• [How to complete this task] Reproduce, with no changes, the line that contains "f 509 508 510" and all the lines that come after it in the records.
::: Input data :::
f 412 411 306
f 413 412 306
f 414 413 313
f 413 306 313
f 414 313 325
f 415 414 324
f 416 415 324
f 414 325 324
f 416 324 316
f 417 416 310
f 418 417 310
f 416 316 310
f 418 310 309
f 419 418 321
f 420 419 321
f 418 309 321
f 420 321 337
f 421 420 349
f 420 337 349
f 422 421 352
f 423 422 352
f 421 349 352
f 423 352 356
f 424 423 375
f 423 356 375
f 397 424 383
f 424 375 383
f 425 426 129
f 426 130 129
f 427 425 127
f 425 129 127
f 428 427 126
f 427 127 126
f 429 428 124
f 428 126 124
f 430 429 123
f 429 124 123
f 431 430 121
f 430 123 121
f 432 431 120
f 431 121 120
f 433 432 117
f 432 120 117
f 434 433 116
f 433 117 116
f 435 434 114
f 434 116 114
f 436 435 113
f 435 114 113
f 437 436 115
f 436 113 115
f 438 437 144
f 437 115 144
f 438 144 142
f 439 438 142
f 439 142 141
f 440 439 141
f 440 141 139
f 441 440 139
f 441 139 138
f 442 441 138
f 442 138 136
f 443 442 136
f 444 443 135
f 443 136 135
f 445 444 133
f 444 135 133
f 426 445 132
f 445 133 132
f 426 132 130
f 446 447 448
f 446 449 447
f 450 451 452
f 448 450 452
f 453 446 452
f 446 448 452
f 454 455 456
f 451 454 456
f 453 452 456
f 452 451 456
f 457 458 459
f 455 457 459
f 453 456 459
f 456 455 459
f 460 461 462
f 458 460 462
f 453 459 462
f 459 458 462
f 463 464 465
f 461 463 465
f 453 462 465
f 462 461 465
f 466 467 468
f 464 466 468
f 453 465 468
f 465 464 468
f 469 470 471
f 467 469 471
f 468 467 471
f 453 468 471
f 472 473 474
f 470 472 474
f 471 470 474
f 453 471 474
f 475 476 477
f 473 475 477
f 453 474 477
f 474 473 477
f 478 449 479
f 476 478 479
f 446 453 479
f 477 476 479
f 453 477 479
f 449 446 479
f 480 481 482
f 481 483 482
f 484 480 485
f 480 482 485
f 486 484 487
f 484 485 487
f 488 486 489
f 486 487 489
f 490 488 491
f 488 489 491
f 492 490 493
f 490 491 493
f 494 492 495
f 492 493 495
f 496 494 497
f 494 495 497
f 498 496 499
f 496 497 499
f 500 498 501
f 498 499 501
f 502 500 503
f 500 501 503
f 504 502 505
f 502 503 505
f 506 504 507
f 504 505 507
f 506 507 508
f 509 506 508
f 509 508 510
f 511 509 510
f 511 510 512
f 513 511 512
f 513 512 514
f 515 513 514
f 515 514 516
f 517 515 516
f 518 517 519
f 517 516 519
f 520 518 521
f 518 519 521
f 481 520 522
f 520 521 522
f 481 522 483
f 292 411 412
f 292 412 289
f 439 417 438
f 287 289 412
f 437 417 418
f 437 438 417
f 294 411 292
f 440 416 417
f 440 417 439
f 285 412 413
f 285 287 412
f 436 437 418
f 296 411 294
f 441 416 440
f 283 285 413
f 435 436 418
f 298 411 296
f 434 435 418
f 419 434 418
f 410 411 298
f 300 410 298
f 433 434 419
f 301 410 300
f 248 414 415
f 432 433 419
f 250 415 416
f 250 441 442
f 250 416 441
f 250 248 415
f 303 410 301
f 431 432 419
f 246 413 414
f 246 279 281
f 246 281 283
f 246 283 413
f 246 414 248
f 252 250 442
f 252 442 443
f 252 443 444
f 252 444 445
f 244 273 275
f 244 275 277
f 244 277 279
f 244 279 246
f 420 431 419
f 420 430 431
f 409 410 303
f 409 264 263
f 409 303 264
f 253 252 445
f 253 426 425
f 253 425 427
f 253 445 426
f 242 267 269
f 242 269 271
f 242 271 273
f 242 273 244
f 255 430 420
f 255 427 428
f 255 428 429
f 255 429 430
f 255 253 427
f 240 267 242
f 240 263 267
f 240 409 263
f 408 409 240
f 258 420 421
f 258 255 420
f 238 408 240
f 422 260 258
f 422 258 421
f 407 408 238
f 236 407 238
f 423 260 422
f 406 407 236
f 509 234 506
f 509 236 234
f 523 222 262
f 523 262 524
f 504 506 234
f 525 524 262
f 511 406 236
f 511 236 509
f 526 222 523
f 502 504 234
:::
• [Written solution]
f 509 508 510
f 511 509 510
f 511 510 512
f 513 511 512
f 513 512 514
f 515 513 514
f 515 514 516
f 517 515 516
f 518 517 519
f 517 516 519
f 520 518 521
f 518 519 521
f 481 520 522
f 520 521 522
f 481 522 483
f 292 411 412
f 292 412 289
f 439 417 438
f 287 289 412
f 437 417 418
f 437 438 417
f 294 411 292
f 440 416 417
f 440 417 439
f 285 412 413
f 285 287 412
f 436 437 418
f 296 411 294
f 441 416 440
f 283 285 413
f 435 436 418
f 298 411 296
f 434 435 418
f 419 434 418
f 410 411 298
f 300 410 298
f 433 434 419
f 301 410 300
f 248 414 415
f 432 433 419
f 250 415 416
f 250 441 442
f 250 416 441
f 250 248 415
f 303 410 301
f 431 432 419
f 246 413 414
f 246 279 281
f 246 281 283
f 246 283 413
f 246 414 248
f 252 250 442
f 252 442 443
f 252 443 444
f 252 444 445
f 244 273 275
f 244 275 277
f 244 277 279
f 244 279 246
f 420 431 419
f 420 430 431
f 409 410 303
f 409 264 263
f 409 303 264
f 253 252 445
f 253 426 425
f 253 425 427
f 253 445 426
f 242 267 269
f 242 269 271
f 242 271 273
f 242 273 244
f 255 430 420
f 255 427 428
f 255 428 429
f 255 429 430
f 255 253 427
f 240 267 242
f 240 263 267
f 240 409 263
f 408 409 240
f 258 420 421
f 258 255 420
f 238 408 240
f 422 260 258
f 422 258 421
f 407 408 238
f 236 407 238
f 423 260 422
f 406 407 236
f 509 234 506
f 509 236 234
f 523 222 262
f 523 262 524
f 504 506 234
f 525 524 262
f 511 406 236
f 511 236 509
f 526 222 523
f 502 504 234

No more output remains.